Neighbourhoods

Commercial Drive, Vancouver: How to Spend a Morning Here Without Wasting It

Commercial Drive, Vancouver: How to Spend a Morning Here Without Wasting It

Commercial Drive runs from Venables Street down to Broadway — 22 blocks that contain more good coffee, better sandwiches, and a higher concentration of places where the owners actually know what they’re doing than most Vancouver neighbourhoods put together. It’s been called eclectic, multicultural, and a dozen other words that don’t quite capture it. What it is, in practice, is a street that rewards walking slowly and eating a lot.

Italian families started settling the Drive in the 1950s. The espresso bars and delis they opened — some of which are still open, run by the same families — ended up alongside Vietnamese, Ethiopian, Salvadoran, Mexican, and Japanese businesses that came in the decades after. The result is a street where you can get a proper doppio, a bánh mì, and an Ecuadorian empanada within three blocks of each other, and most of the people making them have been doing it for years.

The Saturday Morning Route

The farmers market at Grandview Park (1657 Charles Street) runs every Saturday from 9am to 2pm. It’s the right place to start. Local farmers, bakers, food artisans — the kind of market that doesn’t feel like a tourist event because it isn’t one. Most of the people there live within a few blocks.

From the market, the walk south on the Drive is where you do your actual eating.

Coffee First

Caffè Calabria has been serving espresso on the Drive since 1956. It’s not a concept or a brand extension — it’s the original Italian espresso bar that anchored this neighbourhood. The bar seating, the staff who don’t particularly need your approval, the coffee that’s made the same way it has been for decades. Go here if you want to understand what the Drive was built on.
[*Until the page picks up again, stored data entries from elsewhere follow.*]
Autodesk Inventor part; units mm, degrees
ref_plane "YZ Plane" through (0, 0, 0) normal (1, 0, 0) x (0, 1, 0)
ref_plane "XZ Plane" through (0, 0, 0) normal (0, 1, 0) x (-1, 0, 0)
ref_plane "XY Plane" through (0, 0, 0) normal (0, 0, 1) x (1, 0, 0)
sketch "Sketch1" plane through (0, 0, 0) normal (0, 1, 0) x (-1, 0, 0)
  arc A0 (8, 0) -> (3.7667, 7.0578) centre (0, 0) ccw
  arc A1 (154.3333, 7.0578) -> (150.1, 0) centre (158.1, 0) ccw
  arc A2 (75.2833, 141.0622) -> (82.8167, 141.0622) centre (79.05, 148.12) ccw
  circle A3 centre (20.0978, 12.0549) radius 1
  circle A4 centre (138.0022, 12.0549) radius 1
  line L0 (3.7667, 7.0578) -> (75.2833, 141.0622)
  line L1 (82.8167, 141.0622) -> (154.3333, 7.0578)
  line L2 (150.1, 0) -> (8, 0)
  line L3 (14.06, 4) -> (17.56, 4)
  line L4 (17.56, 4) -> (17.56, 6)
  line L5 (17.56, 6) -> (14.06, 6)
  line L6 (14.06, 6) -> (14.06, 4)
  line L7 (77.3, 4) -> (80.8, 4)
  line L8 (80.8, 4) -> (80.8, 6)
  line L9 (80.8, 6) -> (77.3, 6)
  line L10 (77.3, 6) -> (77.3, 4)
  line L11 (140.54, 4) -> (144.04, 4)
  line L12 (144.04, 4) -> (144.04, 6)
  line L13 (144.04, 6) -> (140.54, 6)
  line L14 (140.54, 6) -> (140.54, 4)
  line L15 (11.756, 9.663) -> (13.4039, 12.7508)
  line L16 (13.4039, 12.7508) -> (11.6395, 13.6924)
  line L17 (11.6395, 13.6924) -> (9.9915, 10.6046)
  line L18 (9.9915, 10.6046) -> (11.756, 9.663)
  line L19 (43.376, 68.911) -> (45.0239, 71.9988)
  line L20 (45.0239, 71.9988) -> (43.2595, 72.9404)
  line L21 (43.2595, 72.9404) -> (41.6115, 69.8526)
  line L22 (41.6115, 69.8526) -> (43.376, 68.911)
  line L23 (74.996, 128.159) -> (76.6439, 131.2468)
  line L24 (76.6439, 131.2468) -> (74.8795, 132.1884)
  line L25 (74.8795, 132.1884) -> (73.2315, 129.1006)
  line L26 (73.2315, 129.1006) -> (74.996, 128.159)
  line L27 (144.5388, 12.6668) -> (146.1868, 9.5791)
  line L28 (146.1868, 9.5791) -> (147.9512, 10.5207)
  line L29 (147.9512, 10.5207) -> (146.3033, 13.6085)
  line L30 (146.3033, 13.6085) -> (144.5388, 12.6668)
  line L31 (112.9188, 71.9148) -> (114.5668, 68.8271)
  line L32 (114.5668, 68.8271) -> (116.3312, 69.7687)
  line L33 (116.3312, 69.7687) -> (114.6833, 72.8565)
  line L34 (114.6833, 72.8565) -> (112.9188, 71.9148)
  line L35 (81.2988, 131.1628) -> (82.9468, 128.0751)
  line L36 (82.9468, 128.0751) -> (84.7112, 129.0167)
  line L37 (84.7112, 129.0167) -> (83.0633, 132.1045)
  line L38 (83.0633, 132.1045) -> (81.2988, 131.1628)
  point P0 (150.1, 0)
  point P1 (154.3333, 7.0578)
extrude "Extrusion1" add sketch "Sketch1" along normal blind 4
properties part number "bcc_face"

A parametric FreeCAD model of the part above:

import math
import FreeCAD as App
import Part
import Sketcher
Q = App.Units.Quantity

doc = App.newDocument("Part")
params = doc.addObject("Spreadsheet::Sheet", "Params")
for row, (alias, value) in enumerate([
    ("sketch1_diameter", "2 mm"),
    ("sketch1_radius", "8 mm"),
    ("sketch1_height", "2 mm"),
    ("sketch1_length", "2 mm"),
    ("sketch1_width", "142.1 mm"),
    ("pad1_length", "4 mm"),
], start=1):
    params.set(f"A{row}", alias)
    params.set(f"B{row}", "=" + value)
    params.setAlias(f"B{row}", alias)

body = doc.addObject("PartDesign::Body", "Body")

# Sketch on XZ plane
sketch1 = body.newObject("Sketcher::SketchObject", "Sketch")
sketch1.AttachmentSupport = (doc.getObject("XZ_Plane"), [""])
sketch1.MapMode = "FlatFace"
sketch1.addGeometry([
    Part.ArcOfCircle(Part.Circle(App.Vector(0, 0, 0), App.Vector(0, 0, 1), 8), math.radians(118), math.radians(180)),  # 0
    Part.LineSegment(App.Vector(-8, 0, 0), App.Vector(-150.1, 0, 0)),  # 1
    Part.ArcOfCircle(Part.Circle(App.Vector(-158.1, 0, 0), App.Vector(0, 0, 1), 8), math.radians(0), math.radians(62)),  # 2
    Part.LineSegment(App.Vector(-154.3, 7.1, 0), App.Vector(-82.8, 141.1, 0)),  # 3
    Part.ArcOfCircle(Part.Circle(App.Vector(-79, 148.1, 0), App.Vector(0, 0, 1), 8), math.radians(-118), math.radians(-62)),  # 4
    Part.LineSegment(App.Vector(-75.3, 141.1, 0), App.Vector(-3.8, 7.1, 0)),  # 5
    Part.LineSegment(App.Vector(-17.6, 4, 0), App.Vector(-14.1, 4, 0)),  # 6
    Part.LineSegment(App.Vector(-14.1, 4, 0), App.Vector(-14.1, 6, 0)),  # 7
    Part.LineSegment(App.Vector(-14.1, 6, 0), App.Vector(-17.6, 6, 0)),  # 8
    Part.LineSegment(App.Vector(-17.6, 6, 0), App.Vector(-17.6, 4, 0)),  # 9
    Part.LineSegment(App.Vector(-13.4, 12.8, 0), App.Vector(-11.8, 9.7, 0)),  # 10
    Part.LineSegment(App.Vector(-11.8, 9.7, 0), App.Vector(-10, 10.6, 0)),  # 11
    Part.LineSegment(App.Vector(-10, 10.6, 0), App.Vector(-11.6, 13.7, 0)),  # 12
    Part.LineSegment(App.Vector(-11.6, 13.7, 0), App.Vector(-13.4, 12.8, 0)),  # 13
    Part.Circle(App.Vector(-20.1, 12.1, 0), App.Vector(0, 0, 1), 1),  # 14
    Part.LineSegment(App.Vector(-80.8, 4, 0), App.Vector(-77.3, 4, 0)),  # 15
    Part.LineSegment(App.Vector(-77.3, 4, 0), App.Vector(-77.3, 6, 0)),  # 16
    Part.LineSegment(App.Vector(-77.3, 6, 0), App.Vector(-80.8, 6, 0)),  # 17
    Part.LineSegment(App.Vector(-80.8, 6, 0), App.Vector(-80.8, 4, 0)),  # 18
    Part.LineSegment(App.Vector(-144, 4, 0), App.Vector(-140.5, 4, 0)),  # 19
    Part.LineSegment(App.Vector(-140.5, 4, 0), App.Vector(-140.5, 6, 0)),  # 20
    Part.LineSegment(App.Vector(-140.5, 6, 0), App.Vector(-144, 6, 0)),  # 21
Prado Café at 1938 Commercial is a different kind of place — single-origin focus, serious brewing, the kind of spot where the barista knows where the coffee came from and why that matters. For people who drink coffee the way some people drink wine, Prado is the reason to make the trip.
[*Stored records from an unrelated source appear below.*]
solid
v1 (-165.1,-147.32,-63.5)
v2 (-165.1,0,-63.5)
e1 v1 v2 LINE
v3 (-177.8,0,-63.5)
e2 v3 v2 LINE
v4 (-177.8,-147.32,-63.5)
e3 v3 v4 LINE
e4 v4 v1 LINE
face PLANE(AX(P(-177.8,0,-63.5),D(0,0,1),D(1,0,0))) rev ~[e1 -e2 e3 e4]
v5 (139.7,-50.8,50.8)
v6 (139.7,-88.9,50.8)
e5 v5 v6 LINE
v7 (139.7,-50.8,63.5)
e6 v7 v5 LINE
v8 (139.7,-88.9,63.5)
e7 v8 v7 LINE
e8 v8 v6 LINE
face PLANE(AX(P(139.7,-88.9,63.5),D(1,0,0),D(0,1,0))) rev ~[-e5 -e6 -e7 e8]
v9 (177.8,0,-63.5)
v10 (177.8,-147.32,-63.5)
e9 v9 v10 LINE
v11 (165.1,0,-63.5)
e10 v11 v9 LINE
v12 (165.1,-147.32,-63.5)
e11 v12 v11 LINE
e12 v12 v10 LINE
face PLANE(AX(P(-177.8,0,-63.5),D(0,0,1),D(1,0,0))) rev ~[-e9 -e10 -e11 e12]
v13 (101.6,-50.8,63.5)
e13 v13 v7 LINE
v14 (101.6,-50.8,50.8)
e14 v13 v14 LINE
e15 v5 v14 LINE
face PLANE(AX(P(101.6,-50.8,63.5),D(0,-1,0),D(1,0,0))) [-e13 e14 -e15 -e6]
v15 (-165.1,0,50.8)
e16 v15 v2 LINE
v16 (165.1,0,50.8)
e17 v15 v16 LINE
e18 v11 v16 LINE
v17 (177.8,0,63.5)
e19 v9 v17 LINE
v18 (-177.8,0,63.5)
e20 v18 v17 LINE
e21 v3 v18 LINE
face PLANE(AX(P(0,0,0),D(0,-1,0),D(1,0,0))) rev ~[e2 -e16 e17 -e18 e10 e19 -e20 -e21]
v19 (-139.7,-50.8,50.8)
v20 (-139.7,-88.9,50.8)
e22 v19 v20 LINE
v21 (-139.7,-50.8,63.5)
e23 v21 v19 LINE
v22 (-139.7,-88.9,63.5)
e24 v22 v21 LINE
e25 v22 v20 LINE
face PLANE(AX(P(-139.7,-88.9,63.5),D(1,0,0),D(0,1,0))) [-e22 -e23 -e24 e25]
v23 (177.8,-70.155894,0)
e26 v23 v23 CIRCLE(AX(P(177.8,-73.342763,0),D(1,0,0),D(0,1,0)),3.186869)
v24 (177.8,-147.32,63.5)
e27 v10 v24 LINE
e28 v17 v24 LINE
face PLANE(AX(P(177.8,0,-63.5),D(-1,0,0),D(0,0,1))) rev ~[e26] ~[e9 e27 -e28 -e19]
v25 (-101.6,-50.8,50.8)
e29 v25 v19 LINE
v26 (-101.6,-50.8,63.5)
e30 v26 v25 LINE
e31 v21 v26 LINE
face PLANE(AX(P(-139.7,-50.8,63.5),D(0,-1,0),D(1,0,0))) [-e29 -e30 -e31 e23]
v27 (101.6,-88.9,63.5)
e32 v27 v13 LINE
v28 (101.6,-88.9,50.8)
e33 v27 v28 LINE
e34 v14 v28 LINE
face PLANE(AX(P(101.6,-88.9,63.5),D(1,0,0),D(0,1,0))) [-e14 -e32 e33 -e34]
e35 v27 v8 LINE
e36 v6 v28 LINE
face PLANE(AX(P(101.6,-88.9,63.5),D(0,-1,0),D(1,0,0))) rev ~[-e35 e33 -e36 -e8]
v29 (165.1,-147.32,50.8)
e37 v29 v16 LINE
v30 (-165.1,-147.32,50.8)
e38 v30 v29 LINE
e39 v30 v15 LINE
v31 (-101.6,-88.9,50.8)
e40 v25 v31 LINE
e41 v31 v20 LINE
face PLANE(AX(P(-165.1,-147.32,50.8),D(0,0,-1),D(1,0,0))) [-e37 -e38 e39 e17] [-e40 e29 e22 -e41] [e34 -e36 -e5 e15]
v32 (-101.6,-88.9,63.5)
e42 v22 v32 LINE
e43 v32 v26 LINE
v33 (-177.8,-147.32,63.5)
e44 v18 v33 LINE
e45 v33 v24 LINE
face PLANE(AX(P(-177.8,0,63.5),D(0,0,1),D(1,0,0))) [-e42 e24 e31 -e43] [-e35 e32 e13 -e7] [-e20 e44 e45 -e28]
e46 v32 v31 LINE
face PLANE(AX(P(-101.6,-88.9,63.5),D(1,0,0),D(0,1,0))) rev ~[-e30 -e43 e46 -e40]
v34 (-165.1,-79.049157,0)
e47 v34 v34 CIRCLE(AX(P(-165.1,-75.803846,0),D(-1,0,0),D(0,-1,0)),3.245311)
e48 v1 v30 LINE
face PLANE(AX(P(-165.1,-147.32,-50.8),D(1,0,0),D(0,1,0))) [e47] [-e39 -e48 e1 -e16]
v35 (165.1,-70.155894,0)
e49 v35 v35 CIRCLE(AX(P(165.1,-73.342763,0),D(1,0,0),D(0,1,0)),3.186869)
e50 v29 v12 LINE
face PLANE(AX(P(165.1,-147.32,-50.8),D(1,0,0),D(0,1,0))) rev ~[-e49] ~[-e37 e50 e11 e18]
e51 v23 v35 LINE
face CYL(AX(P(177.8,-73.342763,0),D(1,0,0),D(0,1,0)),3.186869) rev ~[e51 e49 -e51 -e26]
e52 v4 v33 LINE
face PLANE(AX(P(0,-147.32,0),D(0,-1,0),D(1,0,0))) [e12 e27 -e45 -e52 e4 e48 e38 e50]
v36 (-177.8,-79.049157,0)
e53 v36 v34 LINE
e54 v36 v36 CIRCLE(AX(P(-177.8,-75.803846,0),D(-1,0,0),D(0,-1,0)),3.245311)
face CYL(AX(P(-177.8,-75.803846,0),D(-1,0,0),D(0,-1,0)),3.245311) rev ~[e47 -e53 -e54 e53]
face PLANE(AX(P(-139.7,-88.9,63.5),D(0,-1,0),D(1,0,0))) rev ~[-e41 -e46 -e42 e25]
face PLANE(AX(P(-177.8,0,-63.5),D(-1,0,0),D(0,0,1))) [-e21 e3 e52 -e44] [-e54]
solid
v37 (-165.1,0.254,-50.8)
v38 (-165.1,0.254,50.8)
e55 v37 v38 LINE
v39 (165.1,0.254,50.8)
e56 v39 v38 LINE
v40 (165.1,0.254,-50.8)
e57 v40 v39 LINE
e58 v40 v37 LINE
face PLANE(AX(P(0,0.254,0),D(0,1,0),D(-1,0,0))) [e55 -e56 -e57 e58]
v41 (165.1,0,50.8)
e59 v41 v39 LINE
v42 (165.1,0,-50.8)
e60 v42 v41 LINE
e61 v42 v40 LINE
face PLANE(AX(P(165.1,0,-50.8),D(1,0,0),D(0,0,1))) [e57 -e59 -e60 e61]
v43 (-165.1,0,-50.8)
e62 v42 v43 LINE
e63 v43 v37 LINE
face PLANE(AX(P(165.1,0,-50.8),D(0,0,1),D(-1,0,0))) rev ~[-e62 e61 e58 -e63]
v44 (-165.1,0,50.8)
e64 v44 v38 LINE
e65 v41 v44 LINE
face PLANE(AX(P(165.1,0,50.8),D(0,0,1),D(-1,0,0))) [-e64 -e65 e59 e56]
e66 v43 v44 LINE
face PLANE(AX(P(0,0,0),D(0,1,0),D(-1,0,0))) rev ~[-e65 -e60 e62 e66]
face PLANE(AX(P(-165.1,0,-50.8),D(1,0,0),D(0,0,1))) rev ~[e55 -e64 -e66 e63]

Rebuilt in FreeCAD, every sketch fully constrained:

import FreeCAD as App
import Part
import Sketcher

V = App.Vector
Q = App.Units.Quantity


def add_polygon(sketch, points):
    """Adds a closed chain of lines whose ends are joined by coincident constraints."""
    first, n = sketch.GeometryCount, len(points)
    for a, b in zip(points, points[1:] + points[:1]):
        sketch.addGeometry(Part.LineSegment(App.Vector(*a, 0), App.Vector(*b, 0)), False)
    for i in range(n):
        sketch.addConstraint(Sketcher.Constraint("Coincident", first + i, 2, first + (i + 1) % n, 1))

doc = App.newDocument("Part")
params = doc.addObject("Spreadsheet::Sheet", "Params")
for row, (alias, value) in enumerate([
    ("sketch1_width", "14 in"),
    ("sketch1_height", "5 in"),
    ("pad1_length", "5.8 in"),
    ("sketch2_width", "13 in"),
    ("sketch2_height", "4 in"),
    ("pocket2_length", "1 in"),
    ("pocket3_length", "1 in"),
    ("sketch5_width", "13 in"),
    ("sketch5_height", "5.8 in"),
    ("pocket4_length", "1 in"),
    ("sketch6_width", "1.5 in"),
    ("pocket5_length", "1 in"),
    ("sketch7_width", "1.5 in"),
    ("pocket6_length", "1 in"),
    ("sketch8_width", "13 in"),
    ("sketch8_height", "4 in"),
    ("pad2_length", "0.01 in"),
], start=1):
    params.set(f"A{row}", alias)
    params.set(f"B{row}", "=" + value)
    params.setAlias(f"B{row}", alias)

body = doc.addObject("PartDesign::Body", "Body")

# Sketch on XZ plane
sketch1 = body.newObject("Sketcher::SketchObject", "Sketch")
sketch1.AttachmentSupport = (doc.getObject("XZ_Plane"), [""])
sketch1.MapMode = "FlatFace"
add_polygon(sketch1, [(-178, 64), (-178, -64), (178, -64), (178, 64)])  # lines 0-3
sketch1.addConstraint(Sketcher.Constraint("Vertical", 0))
sketch1.addConstraint(Sketcher.Constraint("Horizontal", 1))
sketch1.addConstraint(Sketcher.Constraint("Vertical", 2))
sketch1.addConstraint(Sketcher.Constraint("Horizontal", 3))
sketch1.addConstraint(Sketcher.Constraint("Symmetric", 0, 2, 2, 2, -1, 1))
sketch1.addConstraint(Sketcher.Constraint("DistanceX", 1, 1, 1, 2, Q("14 in")))
sketch1.addConstraint(Sketcher.Constraint("DistanceY", 0, 2, 0, 1, Q("5 in")))
sketch1.setExpression("Constraints[9]", "Params.sketch1_width")
sketch1.setExpression("Constraints[10]", "Params.sketch1_height")
pad1 = body.newObject("PartDesign::Pad", "Pad")
pad1.Profile = sketch1
pad1.setExpression("Length", "Params.pad1_length")

# Sketch on XZ plane
sketch2 = body.newObject("Sketcher::SketchObject", "Sketch001")
sketch2.AttachmentSupport = (doc.getObject("XZ_Plane"), [""])
sketch2.MapMode = "FlatFace"
sketch2.AttachmentOffset = App.Placement(V(0, 0, 5.8 * 25.4), App.Rotation())
add_polygon(sketch2, [(-165, 51), (-165, -51), (165, -51), (165, 51)])  # lines 0-3
sketch2.addConstraint(Sketcher.Constraint("Vertical", 0))
sketch2.addConstraint(Sketcher.Constraint("Horizontal", 1))
sketch2.addConstraint(Sketcher.Constraint("Vertical", 2))
sketch2.addConstraint(Sketcher.Constraint("Horizontal", 3))
sketch2.addConstraint(Sketcher.Constraint("Symmetric", 0, 2, 2, 2, -1, 1))
sketch2.addConstraint(Sketcher.Constraint("DistanceX", 1, 1, 1, 2, Q("13 in")))
sketch2.addConstraint(Sketcher.Constraint("DistanceY", 0, 2, 0, 1, Q("4 in")))
sketch2.setExpression("Constraints[9]", "Params.sketch2_width")
sketch2.setExpression("Constraints[10]", "Params.sketch2_height")
pocket1 = body.newObject("PartDesign::Pocket", "Pocket")
pocket1.Profile = sketch2
pocket1.Type = "ThroughAll"

# Sketch on YZ plane
sketch3 = body.newObject("Sketcher::SketchObject", "Sketch002")
sketch3.AttachmentSupport = (doc.getObject("YZ_Plane"), [""])
sketch3.MapMode = "FlatFace"
sketch3.AttachmentOffset = App.Placement(V(0, 0, -7 * 25.4), App.Rotation())
sketch3.addGeometry(Part.Circle(V(-75.8, 0, 0), V(0, 0, 1), 3.2), False)
sketch3.addConstraint(Sketcher.Constraint("PointOnObject", 0, 3, -1))
sketch3.addConstraint(Sketcher.Constraint("Diameter", 0, Q("6.490622 mm")))
sketch3.addConstraint(Sketcher.Constraint("DistanceX", 0, 3, -1, 1, Q("75.803846 mm")))
pocket2 = body.newObject("PartDesign::Pocket", "Pocket001")
pocket2.Profile = sketch3
pocket2.setExpression("Length", "Params.pocket2_length")
pocket2.Reversed = True

# Sketch on YZ plane
sketch4 = body.newObject("Sketcher::SketchObject", "Sketch003")
sketch4.AttachmentSupport = (doc.getObject("YZ_Plane"), [""])
sketch4.MapMode = "FlatFace"
sketch4.AttachmentOffset = App.Placement(V(0, 0, 7 * 25.4), App.Rotation())
sketch4.addGeometry(Part.Circle(V(-73.3, 0, 0), V(0, 0, 1), 3.2), False)
sketch4.addConstraint(Sketcher.Constraint("PointOnObject", 0, 3, -1))
sketch4.addConstraint(Sketcher.Constraint("Diameter", 0, Q("6.373738 mm")))
sketch4.addConstraint(Sketcher.Constraint("DistanceX", 0, 3, -1, 1, Q("73.342763 mm")))
pocket3 = body.newObject("PartDesign::Pocket", "Pocket002")
pocket3.Profile = sketch4
pocket3.setExpression("Length", "Params.pocket3_length")

# Sketch on XY plane
sketch5 = body.newObject("Sketcher::SketchObject", "Sketch004")
sketch5.AttachmentSupport = (doc.getObject("XY_Plane"), [""])
sketch5.MapMode = "FlatFace"
sketch5.AttachmentOffset = App.Placement(V(0, 0, -2 * 25.4), App.Rotation())
add_polygon(sketch5, [(-165, 0), (-165, -147), (165, -147), (165, 0)])  # lines 0-3
sketch5.addConstraint(Sketcher.Constraint("Vertical", 0))
sketch5.addConstraint(Sketcher.Constraint("Horizontal", 1))
sketch5.addConstraint(Sketcher.Constraint("Vertical", 2))
sketch5.addConstraint(Sketcher.Constraint("Horizontal", 3))
sketch5.addConstraint(Sketcher.Constraint("Symmetric", 2, 2, 3, 2, -1, 1))
sketch5.addConstraint(Sketcher.Constraint("DistanceX", 1, 1, 1, 2, Q("13 in")))
sketch5.addConstraint(Sketcher.Constraint("DistanceY", 0, 2, 0, 1, Q("5.8 in")))
sketch5.setExpression("Constraints[9]", "Params.sketch5_width")
sketch5.setExpression("Constraints[10]", "Params.sketch5_height")
pocket4 = body.newObject("PartDesign::Pocket", "Pocket003")
pocket4.Profile = sketch5
pocket4.setExpression("Length", "Params.pocket4_length")

# Sketch on XY plane
sketch6 = body.newObject("Sketcher::SketchObject", "Sketch005")
sketch6.AttachmentSupport = (doc.getObject("XY_Plane"), [""])
sketch6.MapMode = "FlatFace"
sketch6.AttachmentOffset = App.Placement(V(0, 0, 2.5 * 25.4), App.Rotation())
add_polygon(sketch6, [(102, -51), (102, -89), (140, -89), (140, -51)])  # lines 0-3
sketch6.addConstraint(Sketcher.Constraint("Vertical", 0))
sketch6.addConstraint(Sketcher.Constraint("Horizontal", 1))
sketch6.addConstraint(Sketcher.Constraint("Vertical", 2))
sketch6.addConstraint(Sketcher.Constraint("Horizontal", 3))
sketch6.addConstraint(Sketcher.Constraint("Equal", 3, 0))
sketch6.addConstraint(Sketcher.Constraint("DistanceX", 1, 1, 1, 2, Q("1.5 in")))
sketch6.addConstraint(Sketcher.Constraint("DistanceX", -1, 1, 0, 2, Q("4 in")))
sketch6.addConstraint(Sketcher.Constraint("DistanceY", 2, 2, -1, 1, Q("2 in")))
sketch6.setExpression("Constraints[9]", "Params.sketch6_width")
pocket5 = body.newObject("PartDesign::Pocket", "Pocket004")
pocket5.Profile = sketch6
pocket5.setExpression("Length", "Params.pocket5_length")

# Sketch on XY plane
sketch7 = body.newObject("Sketcher::SketchObject", "Sketch006")
sketch7.AttachmentSupport = (doc.getObject("XY_Plane"), [""])
sketch7.MapMode = "FlatFace"
sketch7.AttachmentOffset = App.Placement(V(0, 0, 2.5 * 25.4), App.Rotation())
add_polygon(sketch7, [(-140, -51), (-140, -89), (-102, -89), (-102, -51)])  # lines 0-3
sketch7.addConstraint(Sketcher.Constraint("Vertical", 0))
sketch7.addConstraint(Sketcher.Constraint("Horizontal", 1))
sketch7.addConstraint(Sketcher.Constraint("Vertical", 2))
sketch7.addConstraint(Sketcher.Constraint("Horizontal", 3))
sketch7.addConstraint(Sketcher.Constraint("Equal", 3, 0))
sketch7.addConstraint(Sketcher.Constraint("DistanceX", 1, 1, 1, 2, Q("1.5 in")))
sketch7.addConstraint(Sketcher.Constraint("DistanceX", 1, 2, -1, 1, Q("4 in")))
sketch7.addConstraint(Sketcher.Constraint("DistanceY", 2, 2, -1, 1, Q("2 in")))
sketch7.setExpression("Constraints[9]", "Params.sketch7_width")
pocket6 = body.newObject("PartDesign::Pocket", "Pocket005")
pocket6.Profile = sketch7
pocket6.setExpression("Length", "Params.pocket6_length")
body2 = doc.addObject("PartDesign::Body", "Body001")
Bump n Grind Cafe storefront on Commercial Drive in Vancouver
Photo: GoToVan / Wikimedia Commons / CC BY 2.0

The Sandwich You Should Not Skip

La Grotta del Formaggio is an Italian deli that has been open since 1979. The sandwiches are the reason to go — cured meats, imported cheeses, made to order on good bread. This is not a complicated sell: it’s one of the best sandwiches in Vancouver and it costs less than you’d expect. Get there before noon on a Saturday if you don’t want to wait.

Lunch Options

Havana at 1212 Commercial is the Drive’s most famous room — Cuban-inspired menu, a large patio that fills up fast when the sun is out, and a bar that does its job well. The food is reliable without being exceptional, but on a sunny afternoon the patio is the point as much as anything on the plate.

The Lunch Lady has Michelin recognition and serves Vietnamese food — pho, bún bò Huế, and a rotating menu that reflects what the kitchen wants to make rather than what’s expected. Worth a stop if you’re timing lunch right.

Via Tevere is the Neapolitan pizza standard for Vancouver — certified, consistent, and the kind of pizza that makes people protective of their table. They’ve just opened a second location at Oakridge’s Time Out Market, but the Drive original is where it belongs.

Kishimoto is quieter than its reputation would suggest, which is the point. Understated sushi, no performance, done right. It has been here for years without needing to advertise that fact.

Walking the Drive

The Drive rewards browsing. Record stores, independent bookshops, vintage clothing, cheese shops, Latin American grocery stores. It’s not a shopping destination in the way that Robson Street is — it’s the kind of street where you walk in somewhere because it looked interesting and leave having bought something you didn’t plan to buy.

The stretch between 1st and 6th Avenues tends to be the densest for food. North of Venables, things get quieter and more residential. South toward Broadway is where the neighbourhood starts to blur into the edges of Mount Pleasant.

Uprising Breads Bakery on Commercial Drive in Vancouver
Photo: GoToVan / Wikimedia Commons / CC BY 2.0

Getting There

The Commercial-Broadway station (Expo and Millennium Lines) puts you at the south end of the Drive. The 20-Commercial bus runs the length of it from downtown. If you’re coming from the North Shore or from anywhere served by the Canada Line, a transfer at Broadway-City Hall gets you the 99-B Line to Commercial-Broadway.

Parking exists but is finite. The Saturday morning market hours are when it’s most competitive. The bus or Skytrain is genuinely easier on a busy Saturday, which is most Saturdays the weather cooperates.

The Drive doesn’t require a plan. Show up, walk, eat something good, have another coffee. That’s basically it.